Émilie Lépron et Richard Mailhé respectivement Directrice et Président du CROS Occitanie répondent à nos questions sur ce sujet.
On oppose en permanence les sports sous licences fédérales et le sport sans licence, pour quelle raison ? Et surtout, a-t-on raison ?
Cette opposition est historique, parce que le sport fédéral est un principe fondateur du sport en France, installé comme une évidence institutionnelle depuis la fin du 19e siècle.
Opposer les différentes pratiques semble être une erreur, parce qu’elles sont complémentaires et permettent de répondre à l’évolution des attentes de la société et de favoriser la massification, par un accès élargi pour toutes et tous, quel que soit le profil (compétiteurs, amateurs, occasionnels), la situation géographique (secteur urbain ou rural) et en proposant une diversification des pratiques.
Pendant le COVID et en sortie de crise, même si l’on a vu la population faire de l’exercice physique sans structure. On a aussi vu que le club était la valeur refuge pour l’encadrement, la vie sociale, la gestion des équipements et des ressources innovantes, notamment les cours en visio. Comment poursuivre sa prédominance dans le contexte actuel de forte demande de sport loisir hors cadre ?
Les pratiquants « non fédérés » ont toujours existé et existeront toujours.
Ce sont pour l’ADN et les valeurs que portent les clubs que les licenciés s’engagent dans les structures du Mouvement Sportif. Ils adhèrent à un projet, ils sont séduits par la dimension sociale, l’ancrage local et le savoir-faire des structures qui se professionnalisent.

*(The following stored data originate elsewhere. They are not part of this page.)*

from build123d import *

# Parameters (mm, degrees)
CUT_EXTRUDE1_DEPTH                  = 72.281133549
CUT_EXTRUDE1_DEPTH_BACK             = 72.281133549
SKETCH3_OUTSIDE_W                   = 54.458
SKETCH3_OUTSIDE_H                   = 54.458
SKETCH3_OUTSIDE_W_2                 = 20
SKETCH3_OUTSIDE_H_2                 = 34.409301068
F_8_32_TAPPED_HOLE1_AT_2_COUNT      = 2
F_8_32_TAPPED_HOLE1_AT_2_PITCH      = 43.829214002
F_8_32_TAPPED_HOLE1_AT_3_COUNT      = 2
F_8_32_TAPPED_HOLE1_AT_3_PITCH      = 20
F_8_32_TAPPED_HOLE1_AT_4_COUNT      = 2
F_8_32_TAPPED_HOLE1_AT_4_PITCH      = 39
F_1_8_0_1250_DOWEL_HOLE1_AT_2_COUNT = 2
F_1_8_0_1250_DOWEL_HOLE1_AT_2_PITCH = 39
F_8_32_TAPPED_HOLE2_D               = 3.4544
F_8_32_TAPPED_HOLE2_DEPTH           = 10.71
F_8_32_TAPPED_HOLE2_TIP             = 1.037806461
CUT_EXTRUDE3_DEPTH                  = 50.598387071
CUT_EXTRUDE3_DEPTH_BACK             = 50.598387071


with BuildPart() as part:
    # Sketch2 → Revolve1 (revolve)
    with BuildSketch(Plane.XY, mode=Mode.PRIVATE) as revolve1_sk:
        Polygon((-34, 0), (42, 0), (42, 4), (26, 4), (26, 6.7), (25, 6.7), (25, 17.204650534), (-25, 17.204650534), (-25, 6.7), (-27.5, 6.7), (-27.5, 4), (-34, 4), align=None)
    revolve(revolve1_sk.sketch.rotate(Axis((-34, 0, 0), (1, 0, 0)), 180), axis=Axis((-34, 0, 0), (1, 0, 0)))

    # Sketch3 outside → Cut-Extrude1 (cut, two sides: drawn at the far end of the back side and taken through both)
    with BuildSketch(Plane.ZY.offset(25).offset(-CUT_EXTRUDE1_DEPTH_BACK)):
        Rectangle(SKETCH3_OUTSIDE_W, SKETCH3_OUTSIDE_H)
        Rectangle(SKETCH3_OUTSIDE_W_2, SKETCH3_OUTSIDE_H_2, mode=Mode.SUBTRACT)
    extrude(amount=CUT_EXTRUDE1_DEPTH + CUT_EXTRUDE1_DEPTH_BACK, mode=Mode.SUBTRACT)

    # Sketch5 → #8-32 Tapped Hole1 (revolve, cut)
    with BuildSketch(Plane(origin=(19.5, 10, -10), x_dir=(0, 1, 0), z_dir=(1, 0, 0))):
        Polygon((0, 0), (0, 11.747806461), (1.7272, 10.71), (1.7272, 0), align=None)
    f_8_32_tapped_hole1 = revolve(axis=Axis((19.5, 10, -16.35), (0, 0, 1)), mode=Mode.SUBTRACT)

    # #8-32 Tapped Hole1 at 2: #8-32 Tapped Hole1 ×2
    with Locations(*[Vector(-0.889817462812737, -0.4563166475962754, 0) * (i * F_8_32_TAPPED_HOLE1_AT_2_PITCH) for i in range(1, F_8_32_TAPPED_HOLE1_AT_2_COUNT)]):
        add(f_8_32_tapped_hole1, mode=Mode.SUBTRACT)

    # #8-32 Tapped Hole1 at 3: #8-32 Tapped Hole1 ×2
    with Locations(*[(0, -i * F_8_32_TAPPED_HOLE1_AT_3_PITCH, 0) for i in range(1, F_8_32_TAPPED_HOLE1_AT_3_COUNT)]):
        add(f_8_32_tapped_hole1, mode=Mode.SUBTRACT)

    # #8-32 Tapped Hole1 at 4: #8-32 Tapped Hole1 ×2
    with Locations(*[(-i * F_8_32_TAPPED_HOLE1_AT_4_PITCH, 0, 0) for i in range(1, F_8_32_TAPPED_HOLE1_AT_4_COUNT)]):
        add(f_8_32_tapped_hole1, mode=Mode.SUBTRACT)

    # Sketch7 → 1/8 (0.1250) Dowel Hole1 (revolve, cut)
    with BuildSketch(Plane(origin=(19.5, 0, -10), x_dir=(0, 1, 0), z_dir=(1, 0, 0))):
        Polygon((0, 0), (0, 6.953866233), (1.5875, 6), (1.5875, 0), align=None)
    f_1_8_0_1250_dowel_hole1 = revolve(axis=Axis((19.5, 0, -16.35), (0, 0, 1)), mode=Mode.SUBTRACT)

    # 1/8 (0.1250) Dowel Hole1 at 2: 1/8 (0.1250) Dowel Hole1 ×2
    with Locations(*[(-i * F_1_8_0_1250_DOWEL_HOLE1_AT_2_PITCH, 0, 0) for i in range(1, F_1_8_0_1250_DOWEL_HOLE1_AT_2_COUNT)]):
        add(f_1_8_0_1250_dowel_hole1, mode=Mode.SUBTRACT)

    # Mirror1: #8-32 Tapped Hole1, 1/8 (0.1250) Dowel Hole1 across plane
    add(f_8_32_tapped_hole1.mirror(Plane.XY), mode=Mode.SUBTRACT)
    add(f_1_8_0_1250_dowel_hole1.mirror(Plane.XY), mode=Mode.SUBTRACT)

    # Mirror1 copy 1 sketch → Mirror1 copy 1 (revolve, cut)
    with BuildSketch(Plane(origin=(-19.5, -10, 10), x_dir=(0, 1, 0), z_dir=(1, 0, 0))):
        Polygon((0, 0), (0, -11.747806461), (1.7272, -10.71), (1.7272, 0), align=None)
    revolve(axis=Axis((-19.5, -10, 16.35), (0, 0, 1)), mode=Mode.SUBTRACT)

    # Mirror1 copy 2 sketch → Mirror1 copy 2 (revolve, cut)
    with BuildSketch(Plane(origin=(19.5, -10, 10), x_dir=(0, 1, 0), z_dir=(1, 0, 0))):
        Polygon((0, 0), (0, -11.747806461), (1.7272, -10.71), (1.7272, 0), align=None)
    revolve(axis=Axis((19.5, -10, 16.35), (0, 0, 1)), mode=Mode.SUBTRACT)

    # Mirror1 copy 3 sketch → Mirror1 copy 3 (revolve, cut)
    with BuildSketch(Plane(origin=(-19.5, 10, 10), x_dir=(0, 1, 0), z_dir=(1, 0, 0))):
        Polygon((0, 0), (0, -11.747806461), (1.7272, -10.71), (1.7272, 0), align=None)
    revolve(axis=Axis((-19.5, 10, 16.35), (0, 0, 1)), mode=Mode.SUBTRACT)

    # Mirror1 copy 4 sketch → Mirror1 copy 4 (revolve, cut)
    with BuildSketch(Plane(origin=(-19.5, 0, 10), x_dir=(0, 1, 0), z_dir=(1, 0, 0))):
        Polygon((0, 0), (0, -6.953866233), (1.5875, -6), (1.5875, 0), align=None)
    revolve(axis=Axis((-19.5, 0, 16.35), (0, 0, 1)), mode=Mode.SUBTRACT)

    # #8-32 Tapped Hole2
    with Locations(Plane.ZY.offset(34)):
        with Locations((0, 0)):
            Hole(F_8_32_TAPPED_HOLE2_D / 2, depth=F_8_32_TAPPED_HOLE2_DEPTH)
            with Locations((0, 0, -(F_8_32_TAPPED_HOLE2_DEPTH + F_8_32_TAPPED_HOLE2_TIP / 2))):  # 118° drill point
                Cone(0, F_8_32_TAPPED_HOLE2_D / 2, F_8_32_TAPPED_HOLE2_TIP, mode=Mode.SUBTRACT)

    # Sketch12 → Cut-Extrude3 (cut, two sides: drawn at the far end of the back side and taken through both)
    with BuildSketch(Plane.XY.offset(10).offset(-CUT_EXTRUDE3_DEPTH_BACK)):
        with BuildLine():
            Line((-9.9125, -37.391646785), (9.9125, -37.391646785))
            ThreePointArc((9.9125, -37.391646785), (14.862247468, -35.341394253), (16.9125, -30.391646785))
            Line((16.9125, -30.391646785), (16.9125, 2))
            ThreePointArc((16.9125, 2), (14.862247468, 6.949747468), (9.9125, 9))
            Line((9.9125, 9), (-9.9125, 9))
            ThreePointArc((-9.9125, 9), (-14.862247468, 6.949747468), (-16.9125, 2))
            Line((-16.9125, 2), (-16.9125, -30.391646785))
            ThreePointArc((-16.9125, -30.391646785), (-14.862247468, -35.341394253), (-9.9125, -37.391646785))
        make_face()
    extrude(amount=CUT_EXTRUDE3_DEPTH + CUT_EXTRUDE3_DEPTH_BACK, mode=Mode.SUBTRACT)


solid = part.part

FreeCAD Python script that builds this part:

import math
import FreeCAD as App
import Part
import Sketcher

V = App.Vector
Q = App.Units.Quantity


def add_polygon(sketch, points):
    """Adds a closed chain of lines whose ends are joined by coincident constraints."""
    first, n = sketch.GeometryCount, len(points)
    for a, b in zip(points, points[1:] + points[:1]):
        sketch.addGeometry(Part.LineSegment(App.Vector(*a, 0), App.Vector(*b, 0)), False)
    for i in range(n):
        sketch.addConstraint(Sketcher.Constraint("Coincident", first + i, 2, first + (i + 1) % n, 1))

doc = App.newDocument("Part")
body = doc.addObject("PartDesign::Body", "Body")

# Sketch on XY plane
sketch1 = body.newObject("Sketcher::SketchObject", "Sketch")
sketch1.AttachmentSupport = (doc.getObject("XY_Plane"), [""])
sketch1.MapMode = "FlatFace"
add_polygon(sketch1, [(-34, 0), (42, 0), (42, 4), (26, 4), (26, 6.7), (25, 6.7), (25, 17.2), (-25, 17.2), (-25, 6.7), (-27.5, 6.7), (-27.5, 4), (-34, 4)])  # lines 0-11
sketch1.addConstraint([
    Sketcher.Constraint("Horizontal", 0),
    Sketcher.Constraint("Vertical", 1),
    Sketcher.Constraint("Horizontal", 2),
    Sketcher.Constraint("Vertical", 3),
    Sketcher.Constraint("Horizontal", 4),
    Sketcher.Constraint("Vertical", 5),
    Sketcher.Constraint("Horizontal", 6),
    Sketcher.Constraint("Vertical", 7),
    Sketcher.Constraint("Horizontal", 8),
    Sketcher.Constraint("Vertical", 9),
    Sketcher.Constraint("Horizontal", 10),
    Sketcher.Constraint("Vertical", 11),
    Sketcher.Constraint("Symmetric", 4, 2, 7, 2, -2),
    Sketcher.Constraint("PointOnObject", 0, 2, -1),
    Sketcher.Constraint("Horizontal", 2, 2, 9, 2),
    Sketcher.Constraint("DistanceX", 0, 1, 0, 2, 76.0),
    Sketcher.Constraint("DistanceX", 2, 2, 2, 1, 16.0),
    Sketcher.Constraint("DistanceX", 4, 2, 4, 1, 1.0),
    Sketcher.Constraint("DistanceX", 6, 2, 6, 1, 50.0),
    Sketcher.Constraint("DistanceY", 1, 1, 1, 2, 4.0),
    Sketcher.Constraint("DistanceX", 8, 2, 8, 1, 2.5),
    Sketcher.Constraint("DistanceY", 3, 1, 3, 2, 2.7),
    Sketcher.Constraint("DistanceY", 5, 1, 5, 2, 10.504651),
])
revolution = body.newObject("PartDesign::Revolution", "Revolution")
revolution.Profile = sketch1
revolution.ReferenceAxis = (sketch1, ["H_Axis"])
revolution.Angle = 360

# Sketch on YZ plane
sketch2 = body.newObject("Sketcher::SketchObject", "Sketch001")
sketch2.AttachmentSupport = (doc.getObject("YZ_Plane"), [""])
sketch2.MapMode = "FlatFace"
sketch2.AttachmentOffset = App.Placement(V(0, 0, -25), App.Rotation())
add_polygon(sketch2, [(27, -27), (-27, -27), (-27, 27), (27, 27)])  # lines 0-3
add_polygon(sketch2, [(-17, 10), (-17, -10), (17, -10), (17, 10)])  # lines 4-7
sketch2.addConstraint([
    Sketcher.Constraint("Horizontal", 0),
    Sketcher.Constraint("Vertical", 1),
    Sketcher.Constraint("Horizontal", 2),
    Sketcher.Constraint("Vertical", 3),
    Sketcher.Constraint("Vertical", 4),
    Sketcher.Constraint("Horizontal", 5),
    Sketcher.Constraint("Vertical", 6),
    Sketcher.Constraint("Horizontal", 7),
    Sketcher.Constraint("Symmetric", 0, 2, 2, 2, -1, 1),
    Sketcher.Constraint("Symmetric", 4, 2, 6, 2, -1, 1),
    Sketcher.Constraint("Equal", 2, 1),
    Sketcher.Constraint("DistanceY", 4, 2, 4, 1, 20.0),
    Sketcher.Constraint("DistanceX", 0, 2, 0, 1, 54.458),
    Sketcher.Constraint("DistanceX", 5, 1, 5, 2, 34.409301),
])
pocket1 = body.newObject("PartDesign::Pocket", "Pocket")
pocket1.Profile = sketch2
pocket1.Type = "ThroughAll"
pocket1.Midplane = True

# Sketch on YZ plane
sketch3 = body.newObject("Sketcher::SketchObject", "Sketch002")
sketch3.AttachmentSupport = (doc.getObject("YZ_Plane"), [""])
sketch3.MapMode = "FlatFace"
sketch3.AttachmentOffset = App.Placement(V(0, 0, 19.5), App.Rotation())
add_polygon(sketch3, [(10, 1.7), (10, -10), (11.7, -10), (11.7, 0.7)])  # lines 0-3
sketch3.addGeometry(Part.LineSegment(V(10, -10, 0), V(10, 1.7, 0)), True)  # axis
sketch3.addConstraint([
    Sketcher.Constraint("Vertical", 0),
    Sketcher.Constraint("Horizontal", 1),
    Sketcher.Constraint("Vertical", 2),
    Sketcher.Constraint("Vertical", 4),
    Sketcher.Constraint("Coincident", 4, 1, 0, 2),
    Sketcher.Constraint("Equal", 0, 4),
    Sketcher.Constraint("Angle", 3, Q("149 deg")),
    Sketcher.Constraint("DistanceX", -1, 1, 0, 2, 10.0),
    Sketcher.Constraint("DistanceY", 0, 2, -1, 1, 10.0),
    Sketcher.Constraint("DistanceY", 2, 1, 2, 2, 10.71),
    Sketcher.Constraint("DistanceX", 1, 1, 1, 2, 1.7272),
])
groove = body.newObject("PartDesign::Groove", "Groove")
groove.Profile = sketch3
groove.ReferenceAxis = (sketch3, ["Axis0"])
groove.Angle = 360
doc.recompute()
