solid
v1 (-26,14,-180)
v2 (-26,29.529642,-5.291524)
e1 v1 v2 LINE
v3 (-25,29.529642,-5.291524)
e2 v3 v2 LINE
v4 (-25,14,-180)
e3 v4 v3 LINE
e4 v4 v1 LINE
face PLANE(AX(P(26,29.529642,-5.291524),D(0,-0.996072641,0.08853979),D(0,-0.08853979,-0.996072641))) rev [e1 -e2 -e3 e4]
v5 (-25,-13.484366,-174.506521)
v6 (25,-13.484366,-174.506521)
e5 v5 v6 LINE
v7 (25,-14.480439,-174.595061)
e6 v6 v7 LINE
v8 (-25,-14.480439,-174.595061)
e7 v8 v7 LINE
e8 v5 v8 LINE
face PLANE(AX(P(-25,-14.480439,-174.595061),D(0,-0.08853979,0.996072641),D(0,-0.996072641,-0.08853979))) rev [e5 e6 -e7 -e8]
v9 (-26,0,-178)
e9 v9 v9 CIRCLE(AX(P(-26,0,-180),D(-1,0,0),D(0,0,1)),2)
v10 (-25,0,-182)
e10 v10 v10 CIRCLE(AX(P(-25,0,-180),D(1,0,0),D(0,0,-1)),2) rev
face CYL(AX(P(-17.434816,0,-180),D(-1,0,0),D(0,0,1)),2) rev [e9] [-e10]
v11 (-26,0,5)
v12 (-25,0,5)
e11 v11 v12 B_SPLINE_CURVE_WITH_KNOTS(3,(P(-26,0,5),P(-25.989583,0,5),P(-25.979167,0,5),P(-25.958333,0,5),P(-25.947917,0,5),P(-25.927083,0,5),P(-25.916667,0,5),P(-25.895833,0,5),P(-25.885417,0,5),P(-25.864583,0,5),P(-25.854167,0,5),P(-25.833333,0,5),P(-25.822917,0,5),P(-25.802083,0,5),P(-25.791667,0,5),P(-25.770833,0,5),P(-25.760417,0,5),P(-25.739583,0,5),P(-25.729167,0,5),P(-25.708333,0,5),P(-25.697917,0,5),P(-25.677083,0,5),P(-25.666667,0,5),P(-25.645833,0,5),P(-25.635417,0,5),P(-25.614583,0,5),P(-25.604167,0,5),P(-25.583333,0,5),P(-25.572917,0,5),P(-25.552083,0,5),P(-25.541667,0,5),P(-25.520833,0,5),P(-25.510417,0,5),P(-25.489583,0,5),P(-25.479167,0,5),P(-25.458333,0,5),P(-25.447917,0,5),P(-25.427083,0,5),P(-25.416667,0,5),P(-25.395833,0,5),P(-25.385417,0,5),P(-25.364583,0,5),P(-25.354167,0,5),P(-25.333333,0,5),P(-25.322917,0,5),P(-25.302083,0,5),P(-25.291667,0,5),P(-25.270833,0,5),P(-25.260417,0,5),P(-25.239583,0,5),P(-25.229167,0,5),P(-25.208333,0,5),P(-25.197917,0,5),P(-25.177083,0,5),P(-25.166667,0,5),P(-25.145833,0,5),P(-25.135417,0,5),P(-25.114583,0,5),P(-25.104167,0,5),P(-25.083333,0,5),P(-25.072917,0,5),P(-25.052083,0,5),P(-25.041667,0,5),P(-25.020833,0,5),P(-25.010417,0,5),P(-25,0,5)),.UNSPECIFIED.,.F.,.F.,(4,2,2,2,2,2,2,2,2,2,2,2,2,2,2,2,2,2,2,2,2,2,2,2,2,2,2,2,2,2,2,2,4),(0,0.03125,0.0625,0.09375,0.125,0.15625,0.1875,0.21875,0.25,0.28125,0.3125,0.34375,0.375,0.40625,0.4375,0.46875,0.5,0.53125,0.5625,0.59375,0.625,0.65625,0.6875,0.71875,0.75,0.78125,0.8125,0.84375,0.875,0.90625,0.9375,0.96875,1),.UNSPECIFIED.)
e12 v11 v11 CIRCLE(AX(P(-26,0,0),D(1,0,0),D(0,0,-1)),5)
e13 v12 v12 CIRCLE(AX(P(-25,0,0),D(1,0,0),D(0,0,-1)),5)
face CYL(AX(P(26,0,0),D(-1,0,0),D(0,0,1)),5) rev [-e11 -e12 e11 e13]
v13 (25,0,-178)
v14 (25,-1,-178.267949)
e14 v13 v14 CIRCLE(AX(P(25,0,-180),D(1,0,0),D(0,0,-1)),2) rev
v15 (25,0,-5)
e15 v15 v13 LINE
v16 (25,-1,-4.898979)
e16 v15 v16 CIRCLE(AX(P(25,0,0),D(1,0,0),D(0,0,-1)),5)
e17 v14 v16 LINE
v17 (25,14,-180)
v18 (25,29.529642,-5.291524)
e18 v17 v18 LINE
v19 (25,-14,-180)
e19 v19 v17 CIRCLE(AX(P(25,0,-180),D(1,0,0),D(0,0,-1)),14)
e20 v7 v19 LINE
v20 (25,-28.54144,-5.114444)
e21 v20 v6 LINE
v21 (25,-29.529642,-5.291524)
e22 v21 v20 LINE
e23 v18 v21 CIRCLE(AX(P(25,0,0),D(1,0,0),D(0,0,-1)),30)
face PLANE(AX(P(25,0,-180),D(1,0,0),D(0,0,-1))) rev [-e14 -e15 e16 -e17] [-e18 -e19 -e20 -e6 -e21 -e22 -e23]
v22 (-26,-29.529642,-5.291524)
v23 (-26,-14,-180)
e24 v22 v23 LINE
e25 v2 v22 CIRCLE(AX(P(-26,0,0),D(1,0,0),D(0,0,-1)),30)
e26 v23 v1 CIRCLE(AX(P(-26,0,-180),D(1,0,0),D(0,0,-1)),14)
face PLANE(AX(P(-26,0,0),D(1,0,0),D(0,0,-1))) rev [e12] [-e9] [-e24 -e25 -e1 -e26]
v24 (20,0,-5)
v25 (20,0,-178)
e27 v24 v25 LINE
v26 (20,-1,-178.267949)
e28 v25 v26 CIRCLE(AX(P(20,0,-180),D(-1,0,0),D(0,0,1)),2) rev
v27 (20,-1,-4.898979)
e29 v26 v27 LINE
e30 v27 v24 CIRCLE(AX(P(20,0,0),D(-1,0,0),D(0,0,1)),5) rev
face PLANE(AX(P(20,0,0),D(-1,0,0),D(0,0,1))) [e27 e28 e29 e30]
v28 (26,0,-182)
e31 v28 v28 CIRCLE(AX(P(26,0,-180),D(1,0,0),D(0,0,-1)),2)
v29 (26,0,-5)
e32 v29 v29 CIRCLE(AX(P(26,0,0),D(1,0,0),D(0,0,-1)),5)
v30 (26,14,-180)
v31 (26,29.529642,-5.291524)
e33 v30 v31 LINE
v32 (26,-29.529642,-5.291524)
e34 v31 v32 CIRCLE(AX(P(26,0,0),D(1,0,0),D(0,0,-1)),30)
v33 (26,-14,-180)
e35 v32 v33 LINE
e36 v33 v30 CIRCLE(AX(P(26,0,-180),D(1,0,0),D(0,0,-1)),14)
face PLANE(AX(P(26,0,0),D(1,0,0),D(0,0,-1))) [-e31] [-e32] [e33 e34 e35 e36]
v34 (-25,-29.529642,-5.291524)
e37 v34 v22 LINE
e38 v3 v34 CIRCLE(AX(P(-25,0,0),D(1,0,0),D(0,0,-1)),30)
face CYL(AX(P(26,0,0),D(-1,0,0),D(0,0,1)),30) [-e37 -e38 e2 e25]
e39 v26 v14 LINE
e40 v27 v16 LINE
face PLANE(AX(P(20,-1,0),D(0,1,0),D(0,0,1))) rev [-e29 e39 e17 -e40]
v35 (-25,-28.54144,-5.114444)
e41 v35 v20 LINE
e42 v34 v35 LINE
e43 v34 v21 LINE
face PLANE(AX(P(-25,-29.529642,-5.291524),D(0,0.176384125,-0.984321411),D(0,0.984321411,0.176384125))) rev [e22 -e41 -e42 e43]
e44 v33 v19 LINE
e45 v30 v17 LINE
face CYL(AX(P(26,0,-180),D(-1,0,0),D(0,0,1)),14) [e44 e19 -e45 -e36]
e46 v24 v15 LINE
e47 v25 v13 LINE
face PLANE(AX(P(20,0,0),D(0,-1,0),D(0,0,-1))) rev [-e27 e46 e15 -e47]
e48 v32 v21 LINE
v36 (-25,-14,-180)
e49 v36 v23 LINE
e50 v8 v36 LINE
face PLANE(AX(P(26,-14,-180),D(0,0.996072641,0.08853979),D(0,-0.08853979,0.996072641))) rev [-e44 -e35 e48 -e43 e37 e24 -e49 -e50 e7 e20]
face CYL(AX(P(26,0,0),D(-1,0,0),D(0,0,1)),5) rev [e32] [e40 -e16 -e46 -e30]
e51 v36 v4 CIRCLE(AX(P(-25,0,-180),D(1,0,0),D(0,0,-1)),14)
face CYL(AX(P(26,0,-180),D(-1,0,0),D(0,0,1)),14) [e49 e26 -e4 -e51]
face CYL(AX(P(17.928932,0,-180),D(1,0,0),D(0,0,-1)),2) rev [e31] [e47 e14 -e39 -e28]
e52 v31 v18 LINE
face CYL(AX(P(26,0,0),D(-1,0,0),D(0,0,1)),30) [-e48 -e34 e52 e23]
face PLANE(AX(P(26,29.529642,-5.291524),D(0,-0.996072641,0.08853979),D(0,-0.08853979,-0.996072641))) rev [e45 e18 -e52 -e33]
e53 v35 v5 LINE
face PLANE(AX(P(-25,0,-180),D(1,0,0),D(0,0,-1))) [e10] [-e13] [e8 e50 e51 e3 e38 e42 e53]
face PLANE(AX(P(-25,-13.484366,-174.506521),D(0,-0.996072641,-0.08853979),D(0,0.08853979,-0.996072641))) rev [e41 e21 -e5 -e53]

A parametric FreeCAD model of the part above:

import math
import FreeCAD as App
import Part
import Sketcher
from FreeCAD import Vector

doc = App.newDocument("Part")
body = doc.addObject("PartDesign::Body", "Body")

# Sketch on YZ plane
sketch1 = body.newObject("Sketcher::SketchObject", "Sketch")
sketch1.AttachmentSupport = (doc.getObject("YZ_Plane"), [""])
sketch1.MapMode = "FlatFace"
sketch1.addGeometry([
    Part.LineSegment(Vector(14, -180, 0), Vector(29.5, -5.3, 0)),  # 0
    Part.ArcOfCircle(Part.Circle(Vector(0, 0, 0), Vector(0, 0, 1), 30), math.radians(-10), math.radians(190)),  # 1
    Part.LineSegment(Vector(-29.5, -5.3, 0), Vector(-14, -180, 0)),  # 2
    Part.ArcOfCircle(Part.Circle(Vector(0, -180, 0), Vector(0, 0, 1), 14), math.radians(180), math.radians(360)),  # 3
    Part.Circle(Vector(0, -180, 0), Vector(0, 0, 1), 2.5),  # 4
    Part.Circle(Vector(0, 0, 0), Vector(0, 0, 1), 5),  # 5
], False)
sketch1.addConstraint([
    Sketcher.Constraint("Coincident", 0, 2, 1, 1),
    Sketcher.Constraint("Coincident", 1, 2, 2, 1),
    Sketcher.Constraint("Coincident", 2, 2, 3, 1),
    Sketcher.Constraint("Coincident", 3, 2, 0, 1),
    Sketcher.Constraint("Coincident", 1, 3, -1, 1),
    Sketcher.Constraint("Coincident", 5, 3, -1, 1),
    Sketcher.Constraint("Coincident", 4, 3, 3, 3),
    Sketcher.Constraint("Symmetric", 2, 2, 3, 2, -2),
    Sketcher.Constraint("Horizontal", 0, 2, 1, 2),
    Sketcher.Constraint("Horizontal", 4, 3, 2, 2),
    Sketcher.Constraint("Diameter", 4, 5.0),
    Sketcher.Constraint("Diameter", 5, 10.0),
    Sketcher.Constraint("Radius", 1, 30.0),
    Sketcher.Constraint("Radius", 3, 14.0),
    Sketcher.Constraint("DistanceY", 3, 3, -1, 1, 180.0),
    Sketcher.Constraint("Distance", 0, 175.397325),
])
pad1 = body.newObject("PartDesign::Pad", "Pad")
pad1.Profile = sketch1
pad1.Length = 52
pad1.Midplane = True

Le modèle « traditionnel » reste attractif, mais la diversification et l’autonomisation de la pratique sportive sont un défi majeur actuel pour les clubs, qui ont une opportunité de séduire de nouveaux pratiquants en imaginant d’autres modèles de pratiques et de fonctionnement, moins engageants et moins contraignants, pour répondre aux attentes. On pense notamment à des créneaux « à la carte », à la gestion en ligne des inscriptions et des paiements, à des pratiques innovantes… déjà expérimentés par certaines fédérations.
La nouvelle gouvernance du sport n’était-elle pas mise en place notamment pour lisser ces antagonismes ? Dans la pratique est-on sur la bonne voie ?
La nouvelle gouvernance vise effectivement à engager tous les acteurs du sport (Mouvement Sportif, État, Collectivités territoriales et Monde économique) dans la réflexion et la co-construction d’un projet commun, en positionnant le pratiquant au cœur des enjeux pour offrir une palette de services complémentaires et en adéquation avec les attentes et besoins des territoires.
Les travaux de la Conférence Régionale du Sport sont en cours, un Projet Sportif Territorial, présentant les axes stratégiques et le plan d’actions pluriannuel sera dévoilé fin 2022.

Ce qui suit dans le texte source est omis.